Ford transformed American life and the workplace with the Model T
automobile and the factory assembly line. He was a proponent of farm
mechanization, but a number of his ideas for agriculture never took hold
during his lifetime. In fact, he felt so stymied by politicians and
critics in America that he took his plans to Brazil instead.

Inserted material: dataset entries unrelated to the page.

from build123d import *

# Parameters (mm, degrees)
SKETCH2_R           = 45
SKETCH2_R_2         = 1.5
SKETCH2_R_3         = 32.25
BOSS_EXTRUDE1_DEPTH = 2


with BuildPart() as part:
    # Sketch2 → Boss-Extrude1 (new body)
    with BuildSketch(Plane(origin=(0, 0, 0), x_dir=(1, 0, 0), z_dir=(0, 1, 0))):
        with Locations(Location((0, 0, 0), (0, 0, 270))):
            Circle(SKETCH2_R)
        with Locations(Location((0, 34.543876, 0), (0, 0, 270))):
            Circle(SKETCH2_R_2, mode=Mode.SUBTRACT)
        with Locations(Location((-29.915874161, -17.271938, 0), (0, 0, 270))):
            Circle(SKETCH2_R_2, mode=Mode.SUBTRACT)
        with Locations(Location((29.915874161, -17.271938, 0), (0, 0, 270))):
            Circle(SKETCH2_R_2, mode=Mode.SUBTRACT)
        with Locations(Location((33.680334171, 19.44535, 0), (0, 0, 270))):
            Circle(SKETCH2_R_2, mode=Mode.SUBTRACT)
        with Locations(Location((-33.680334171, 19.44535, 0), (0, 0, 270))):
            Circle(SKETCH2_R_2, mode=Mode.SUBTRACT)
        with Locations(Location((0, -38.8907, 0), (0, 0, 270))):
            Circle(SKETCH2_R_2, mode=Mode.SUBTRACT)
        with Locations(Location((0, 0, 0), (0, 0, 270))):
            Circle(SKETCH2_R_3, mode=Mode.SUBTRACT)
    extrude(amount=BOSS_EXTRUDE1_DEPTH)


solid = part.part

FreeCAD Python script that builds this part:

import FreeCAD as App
import Part
import Sketcher

V = App.Vector

doc = App.newDocument("Part")
body = doc.addObject("PartDesign::Body", "Body")

sketch1 = doc.addObject("Sketcher::SketchObject", "Sketch")
body.addObject(sketch1)
sketch1.AttachmentSupport = (doc.XZ_Plane, [""])
sketch1.MapMode = "FlatFace"
sketch1.addGeometry(Part.Circle(V(0, 0, 0), V(0, 0, 1), 45), False)
sketch1.addGeometry(Part.Circle(V(-33.7, -19.4, 0), V(0, 0, 1), 1.5), False)
sketch1.addGeometry(Part.Circle(V(0, -34.5, 0), V(0, 0, 1), 1.5), False)
sketch1.addGeometry(Part.Circle(V(-29.9, 17.3, 0), V(0, 0, 1), 1.5), False)
sketch1.addGeometry(Part.Circle(V(0, 0, 0), V(0, 0, 1), 32.2), False)
sketch1.addGeometry(Part.Circle(V(33.7, -19.4, 0), V(0, 0, 1), 1.5), False)
sketch1.addGeometry(Part.Circle(V(0, 38.9, 0), V(0, 0, 1), 1.5), False)
sketch1.addGeometry(Part.Circle(V(29.9, 17.3, 0), V(0, 0, 1), 1.5), False)
sketch1.addConstraint(Sketcher.Constraint("Coincident", 0, 3, -1, 1))
sketch1.addConstraint(Sketcher.Constraint("Coincident", 4, 3, -1, 1))
sketch1.addConstraint(Sketcher.Constraint("Equal", 1, 2))
sketch1.addConstraint(Sketcher.Constraint("Equal", 2, 3))
sketch1.addConstraint(Sketcher.Constraint("Equal", 3, 5))
sketch1.addConstraint(Sketcher.Constraint("Equal", 5, 6))
sketch1.addConstraint(Sketcher.Constraint("Equal", 6, 7))
sketch1.addConstraint(Sketcher.Constraint("Symmetric", 1, 3, 5, 3, -2))
sketch1.addConstraint(Sketcher.Constraint("Symmetric", 3, 3, 7, 3, -2))
sketch1.addConstraint(Sketcher.Constraint("PointOnObject", 2, 3, -2))
sketch1.addConstraint(Sketcher.Constraint("PointOnObject", 6, 3, -2))
sketch1.addConstraint(Sketcher.Constraint("Diameter", 0, 90.0))
sketch1.addConstraint(Sketcher.Constraint("Diameter", 1, 3.0))
sketch1.addConstraint(Sketcher.Constraint("Diameter", 4, 64.5))
sketch1.addConstraint(Sketcher.Constraint("DistanceY", -1, 1, 6, 3, 38.8907))
sketch1.addConstraint(Sketcher.Constraint("DistanceY", 1, 3, -1, 1, 19.44535))
sketch1.addConstraint(Sketcher.Constraint("DistanceX", 1, 3, 3, 3, 3.76446))
sketch1.addConstraint(Sketcher.Constraint("DistanceX", 1, 3, 5, 3, 67.360668))
sketch1.addConstraint(Sketcher.Constraint("DistanceY", 2, 3, -1, 1, 34.543876))
sketch1.addConstraint(Sketcher.Constraint("DistanceY", -1, 1, 3, 3, 17.271938))
pad1 = doc.addObject("PartDesign::Pad", "Pad")
body.addObject(pad1)
pad1.Profile = sketch1
pad1.Length = 2
pad1.Reversed = True

doc.recompute()
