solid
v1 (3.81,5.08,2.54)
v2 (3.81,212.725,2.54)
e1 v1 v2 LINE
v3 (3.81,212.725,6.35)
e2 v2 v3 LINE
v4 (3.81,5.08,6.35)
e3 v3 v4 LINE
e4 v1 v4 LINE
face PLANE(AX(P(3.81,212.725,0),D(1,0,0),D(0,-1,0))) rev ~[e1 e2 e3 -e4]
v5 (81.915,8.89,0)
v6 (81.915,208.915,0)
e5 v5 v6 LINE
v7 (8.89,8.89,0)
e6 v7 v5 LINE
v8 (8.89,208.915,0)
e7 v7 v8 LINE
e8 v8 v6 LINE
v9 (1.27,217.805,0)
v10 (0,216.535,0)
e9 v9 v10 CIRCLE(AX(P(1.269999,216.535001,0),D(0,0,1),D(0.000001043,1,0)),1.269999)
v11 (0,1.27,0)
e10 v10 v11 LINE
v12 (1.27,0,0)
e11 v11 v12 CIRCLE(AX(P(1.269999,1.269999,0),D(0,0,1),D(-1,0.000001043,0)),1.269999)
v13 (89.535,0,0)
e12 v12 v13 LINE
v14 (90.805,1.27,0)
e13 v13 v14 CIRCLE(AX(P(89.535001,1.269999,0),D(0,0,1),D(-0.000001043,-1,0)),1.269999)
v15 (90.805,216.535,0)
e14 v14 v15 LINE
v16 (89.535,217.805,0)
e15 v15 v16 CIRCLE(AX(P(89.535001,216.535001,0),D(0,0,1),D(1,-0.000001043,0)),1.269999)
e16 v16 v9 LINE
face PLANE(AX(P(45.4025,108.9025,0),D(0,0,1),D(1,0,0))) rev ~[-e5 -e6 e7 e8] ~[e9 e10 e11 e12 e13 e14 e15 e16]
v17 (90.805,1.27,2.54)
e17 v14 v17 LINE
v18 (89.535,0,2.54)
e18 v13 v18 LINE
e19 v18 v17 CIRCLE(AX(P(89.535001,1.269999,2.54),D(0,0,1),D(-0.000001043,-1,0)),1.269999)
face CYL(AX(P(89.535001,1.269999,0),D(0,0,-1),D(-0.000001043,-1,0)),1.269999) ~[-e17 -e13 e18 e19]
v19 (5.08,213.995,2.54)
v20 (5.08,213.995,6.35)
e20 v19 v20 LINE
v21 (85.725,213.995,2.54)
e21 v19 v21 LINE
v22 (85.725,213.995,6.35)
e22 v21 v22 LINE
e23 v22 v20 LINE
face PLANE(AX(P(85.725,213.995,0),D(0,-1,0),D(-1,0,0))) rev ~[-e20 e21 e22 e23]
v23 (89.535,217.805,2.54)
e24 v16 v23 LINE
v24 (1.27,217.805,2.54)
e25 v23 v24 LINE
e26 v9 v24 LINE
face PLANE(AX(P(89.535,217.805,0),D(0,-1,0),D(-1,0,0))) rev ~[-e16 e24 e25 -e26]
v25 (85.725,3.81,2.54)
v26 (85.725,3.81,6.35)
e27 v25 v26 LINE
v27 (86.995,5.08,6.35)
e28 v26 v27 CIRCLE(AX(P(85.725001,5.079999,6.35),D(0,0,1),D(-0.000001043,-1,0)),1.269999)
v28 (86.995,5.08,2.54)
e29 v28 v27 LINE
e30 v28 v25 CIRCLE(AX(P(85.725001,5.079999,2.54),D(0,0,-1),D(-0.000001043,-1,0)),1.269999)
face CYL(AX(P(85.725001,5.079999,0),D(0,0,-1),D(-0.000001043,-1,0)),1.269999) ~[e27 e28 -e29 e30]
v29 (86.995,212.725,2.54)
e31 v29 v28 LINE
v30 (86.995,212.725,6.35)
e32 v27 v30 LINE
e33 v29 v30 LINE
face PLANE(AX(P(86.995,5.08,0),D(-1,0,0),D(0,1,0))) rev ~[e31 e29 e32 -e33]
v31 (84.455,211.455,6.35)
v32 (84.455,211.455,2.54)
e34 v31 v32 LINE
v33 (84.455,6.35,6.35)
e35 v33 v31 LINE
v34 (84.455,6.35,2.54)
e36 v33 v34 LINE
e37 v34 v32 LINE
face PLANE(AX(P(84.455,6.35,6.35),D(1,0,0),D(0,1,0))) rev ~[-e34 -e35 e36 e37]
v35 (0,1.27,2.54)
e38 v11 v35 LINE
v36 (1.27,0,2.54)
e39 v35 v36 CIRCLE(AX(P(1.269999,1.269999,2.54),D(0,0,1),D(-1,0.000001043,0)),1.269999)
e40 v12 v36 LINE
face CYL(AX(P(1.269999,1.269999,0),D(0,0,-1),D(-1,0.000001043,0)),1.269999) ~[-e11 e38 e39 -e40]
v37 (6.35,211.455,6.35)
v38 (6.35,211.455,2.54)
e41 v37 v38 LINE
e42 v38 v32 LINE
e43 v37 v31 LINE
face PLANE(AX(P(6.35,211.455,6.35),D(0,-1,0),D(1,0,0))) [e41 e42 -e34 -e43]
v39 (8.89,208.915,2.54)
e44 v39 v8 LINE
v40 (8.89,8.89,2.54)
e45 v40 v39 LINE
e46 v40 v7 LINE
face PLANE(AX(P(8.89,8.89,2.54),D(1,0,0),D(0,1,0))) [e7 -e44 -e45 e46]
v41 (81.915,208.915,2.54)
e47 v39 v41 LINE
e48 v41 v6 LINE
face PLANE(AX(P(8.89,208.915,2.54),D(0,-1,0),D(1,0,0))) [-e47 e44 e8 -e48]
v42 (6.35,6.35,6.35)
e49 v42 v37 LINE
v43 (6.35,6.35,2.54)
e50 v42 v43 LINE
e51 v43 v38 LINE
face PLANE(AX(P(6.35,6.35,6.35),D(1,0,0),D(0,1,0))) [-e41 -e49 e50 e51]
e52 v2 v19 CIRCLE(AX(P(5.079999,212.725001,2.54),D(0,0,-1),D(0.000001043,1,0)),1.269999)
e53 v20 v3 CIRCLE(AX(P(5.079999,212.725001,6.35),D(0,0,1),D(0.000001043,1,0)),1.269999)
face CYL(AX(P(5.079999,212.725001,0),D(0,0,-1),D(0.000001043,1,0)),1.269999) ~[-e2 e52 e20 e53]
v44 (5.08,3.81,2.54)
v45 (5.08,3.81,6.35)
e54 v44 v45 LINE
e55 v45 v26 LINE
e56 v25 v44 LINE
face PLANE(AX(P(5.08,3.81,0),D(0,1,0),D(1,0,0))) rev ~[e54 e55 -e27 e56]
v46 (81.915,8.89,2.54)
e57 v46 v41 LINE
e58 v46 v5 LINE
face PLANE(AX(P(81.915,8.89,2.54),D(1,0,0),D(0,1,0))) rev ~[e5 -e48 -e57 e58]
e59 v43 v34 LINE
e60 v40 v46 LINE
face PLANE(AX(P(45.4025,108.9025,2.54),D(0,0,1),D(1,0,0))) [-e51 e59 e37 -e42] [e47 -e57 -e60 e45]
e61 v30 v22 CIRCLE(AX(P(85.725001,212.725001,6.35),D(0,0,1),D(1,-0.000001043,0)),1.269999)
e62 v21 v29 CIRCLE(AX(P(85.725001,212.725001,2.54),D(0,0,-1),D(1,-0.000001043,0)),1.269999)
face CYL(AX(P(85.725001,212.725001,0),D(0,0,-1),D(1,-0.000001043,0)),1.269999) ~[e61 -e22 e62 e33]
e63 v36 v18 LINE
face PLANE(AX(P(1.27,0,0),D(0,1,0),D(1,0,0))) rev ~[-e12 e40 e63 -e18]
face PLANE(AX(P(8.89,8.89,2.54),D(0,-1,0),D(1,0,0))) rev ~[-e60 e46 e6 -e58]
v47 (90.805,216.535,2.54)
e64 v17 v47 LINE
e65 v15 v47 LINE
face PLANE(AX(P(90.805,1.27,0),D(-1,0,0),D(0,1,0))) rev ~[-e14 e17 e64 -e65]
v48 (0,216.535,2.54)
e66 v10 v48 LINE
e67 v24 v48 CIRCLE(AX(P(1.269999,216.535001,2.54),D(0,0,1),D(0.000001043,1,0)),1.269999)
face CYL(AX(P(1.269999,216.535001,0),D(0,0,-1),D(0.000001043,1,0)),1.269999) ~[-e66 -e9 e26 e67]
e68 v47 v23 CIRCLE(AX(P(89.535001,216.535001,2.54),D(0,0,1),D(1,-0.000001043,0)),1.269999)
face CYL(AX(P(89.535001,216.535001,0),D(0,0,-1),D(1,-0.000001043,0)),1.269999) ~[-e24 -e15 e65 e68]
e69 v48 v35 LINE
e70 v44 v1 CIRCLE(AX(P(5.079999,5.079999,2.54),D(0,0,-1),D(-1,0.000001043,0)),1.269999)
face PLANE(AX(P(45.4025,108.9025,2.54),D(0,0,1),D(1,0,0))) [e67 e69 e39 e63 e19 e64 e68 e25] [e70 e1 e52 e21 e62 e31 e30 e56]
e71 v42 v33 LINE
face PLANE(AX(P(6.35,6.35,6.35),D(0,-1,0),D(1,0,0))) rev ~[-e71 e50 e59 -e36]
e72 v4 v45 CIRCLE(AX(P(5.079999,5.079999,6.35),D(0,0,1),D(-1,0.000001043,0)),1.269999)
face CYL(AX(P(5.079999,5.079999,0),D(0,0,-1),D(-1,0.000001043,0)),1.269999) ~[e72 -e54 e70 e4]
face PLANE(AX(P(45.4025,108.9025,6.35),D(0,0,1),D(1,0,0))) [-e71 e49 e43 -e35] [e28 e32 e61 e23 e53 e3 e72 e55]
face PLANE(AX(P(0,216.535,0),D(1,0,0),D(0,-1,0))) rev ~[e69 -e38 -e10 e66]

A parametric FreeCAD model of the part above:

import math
import FreeCAD as App
import Part
import Sketcher
Q = App.Units.Quantity

doc = App.newDocument("Part")
body = doc.addObject("PartDesign::Body", "Body")

# Sketch on XY plane
sketch1 = body.newObject("Sketcher::SketchObject", "Sketch")
sketch1.AttachmentSupport = (doc.getObject("XY_Plane"), [""])
sketch1.MapMode = "FlatFace"
sketch1.addGeometry([
    Part.ArcOfCircle(Part.Circle(App.Vector(1.3, 1.3, 0), App.Vector(0, 0, 1), 1.3), math.radians(180), math.radians(270)),  # 0
    Part.LineSegment(App.Vector(1.3, 0, 0), App.Vector(89.5, 0, 0)),  # 1
    Part.ArcOfCircle(Part.Circle(App.Vector(89.5, 1.3, 0), App.Vector(0, 0, 1), 1.3), math.radians(-90), math.radians(0)),  # 2
    Part.LineSegment(App.Vector(90.8, 1.3, 0), App.Vector(90.8, 216.5, 0)),  # 3
    Part.ArcOfCircle(Part.Circle(App.Vector(89.5, 216.5, 0), App.Vector(0, 0, 1), 1.3), math.radians(0), math.radians(90)),  # 4
    Part.LineSegment(App.Vector(89.5, 217.8, 0), App.Vector(1.3, 217.8, 0)),  # 5
    Part.ArcOfCircle(Part.Circle(App.Vector(1.3, 216.5, 0), App.Vector(0, 0, 1), 1.3), math.radians(90), math.radians(180)),  # 6
    Part.LineSegment(App.Vector(0, 216.5, 0), App.Vector(0, 1.3, 0)),  # 7
], False)
sketch1.addConstraint([
    Sketcher.Constraint("Tangent", 0, 2, 1, 1),
    Sketcher.Constraint("Tangent", 1, 2, 2, 1),
    Sketcher.Constraint("Tangent", 2, 2, 3, 1),
    Sketcher.Constraint("Tangent", 3, 2, 4, 1),
    Sketcher.Constraint("Tangent", 4, 2, 5, 1),
    Sketcher.Constraint("Tangent", 5, 2, 6, 1),
    Sketcher.Constraint("Tangent", 6, 2, 7, 1),
    Sketcher.Constraint("Tangent", 7, 2, 0, 1),
    Sketcher.Constraint("Horizontal", 1),
    Sketcher.Constraint("Vertical", 3),
    Sketcher.Constraint("Horizontal", 5),
    Sketcher.Constraint("Vertical", 7),
    Sketcher.Constraint("Equal", 0, 2),
    Sketcher.Constraint("Equal", 2, 4),
    Sketcher.Constraint("Equal", 4, 6),
    Sketcher.Constraint("PointOnObject", 0, 2, -1),
    Sketcher.Constraint("PointOnObject", 6, 2, -2),
    Sketcher.Constraint("Radius", 0, Q("0.0499999 in")),
    Sketcher.Constraint("DistanceX", 1, 1, 1, 2, Q("3.475 in")),
    Sketcher.Constraint("DistanceY", 3, 1, 3, 2, Q("8.475 in")),
])
pad1 = body.newObject("PartDesign::Pad", "Pad")
pad1.Profile = sketch1
pad1.Length = Q("0.1 in")

# Sketch on XY plane
sketch2 = body.newObject("Sketcher::SketchObject", "Sketch001")
sketch2.AttachmentSupport = (doc.getObject("XY_Plane"), [""])
sketch2.MapMode = "FlatFace"
sketch2.addGeometry([
    Part.LineSegment(App.Vector(3.8, 212.7, 0), App.Vector(3.8, 5.1, 0)),  # 0
    Part.ArcOfCircle(Part.Circle(App.Vector(5.1, 5.1, 0), App.Vector(0, 0, 1), 1.3), math.radians(180), math.radians(270)),  # 1
    Part.LineSegment(App.Vector(5.1, 3.8, 0), App.Vector(85.7, 3.8, 0)),  # 2
    Part.ArcOfCircle(Part.Circle(App.Vector(85.7, 5.1, 0), App.Vector(0, 0, 1), 1.3), math.radians(-90), math.radians(0)),  # 3
    Part.LineSegment(App.Vector(87, 5.1, 0), App.Vector(87, 212.7, 0)),  # 4
    Part.ArcOfCircle(Part.Circle(App.Vector(85.7, 212.7, 0), App.Vector(0, 0, 1), 1.3), math.radians(0), math.radians(90)),  # 5
    Part.LineSegment(App.Vector(85.7, 214, 0), App.Vector(5.1, 214, 0)),  # 6
    Part.ArcOfCircle(Part.Circle(App.Vector(5.1, 212.7, 0), App.Vector(0, 0, 1), 1.3), math.radians(90), math.radians(180)),  # 7
], False)
sketch2.addConstraint([
    Sketcher.Constraint("Tangent", 0, 2, 1, 1),
    Sketcher.Constraint("Tangent", 1, 2, 2, 1),
    Sketcher.Constraint("Tangent", 2, 2, 3, 1),
    Sketcher.Constraint("Tangent", 3, 2, 4, 1),
    Sketcher.Constraint("Tangent", 4, 2, 5, 1),
    Sketcher.Constraint("Tangent", 5, 2, 6, 1),
    Sketcher.Constraint("Tangent", 6, 2, 7, 1),
    Sketcher.Constraint("Tangent", 7, 2, 0, 1),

Ford was among the first to see the agriculture potential in the Amazon
jungle where he cleared land for a rubber tree plantation.
Unfortunately, he didn’t see the ecological problems and dangers lurking
in the rain forest. His farm managers and workers were bitten by pit
vipers, chased by crocodiles, swarmed by insects and contracted tropical
diseases.
The account of Ford’s misadventures in South America is captured in a
new book, Fordlandia, by Greg Grandin. It chronicles the rise and fall
of Henry Ford’s forgotten jungle city named Fordlandia.
The story picks up in the 1920s after the American Farm Bureau
Federation supported Ford in his efforts to acquire the World War I
nitrate munitions plant at Muscle Shoals, Ala. Ford wanted the
unfinished defense project on the Tennessee River in order to produce
fertilizer and hydroelectric power. As his offer to buy dragged on in
Congress, Ford became frustrated and abruptly dropped out. Farm Bureau
persisted until Muscle Shoals emerged as part of the Tennessee Valley
Authority under President Roosevelt.
Author Grandin reported that Ford spent tens of millions of dollars and
two decades in building two American-style towns and a rubber plantation
in Brazil, remnants of which still exist. Walt Disney visited Fordlandia
in 1941 and released a documentary about it. Later he would develop
plans for his own namesake towns.
Ford’s great vision was to meld agriculture and industry. He believed
the factory worker should have a few acres of land to grow fruit and
vegetables for his family and market the rest nearby. Instead of
residing in a circular metropolis, workers would live in long, thin
cities alongside farms.
Ford was an advocate of small hydroelectric projects to loosen the grip
of the energy trust—similar to the renewable fuels push today to lessen
dependence on oil. His scientists experimented with new uses for
soybeans and even built a car body out of plastic made from soybeans.
The project was scrapped because the process required formaldehyde—not a
desirable new car smell.
“With one foot in agriculture and the other in industry, America is
safe,” said Ford. No doubt he would embrace mainstream agriculture, city
farmers, gardeners and locavores today, not just for the food, but the
lessons he thought farming taught people. Fordlandia was a bust, but
Henry Ford’s firm belief in agriculture was not.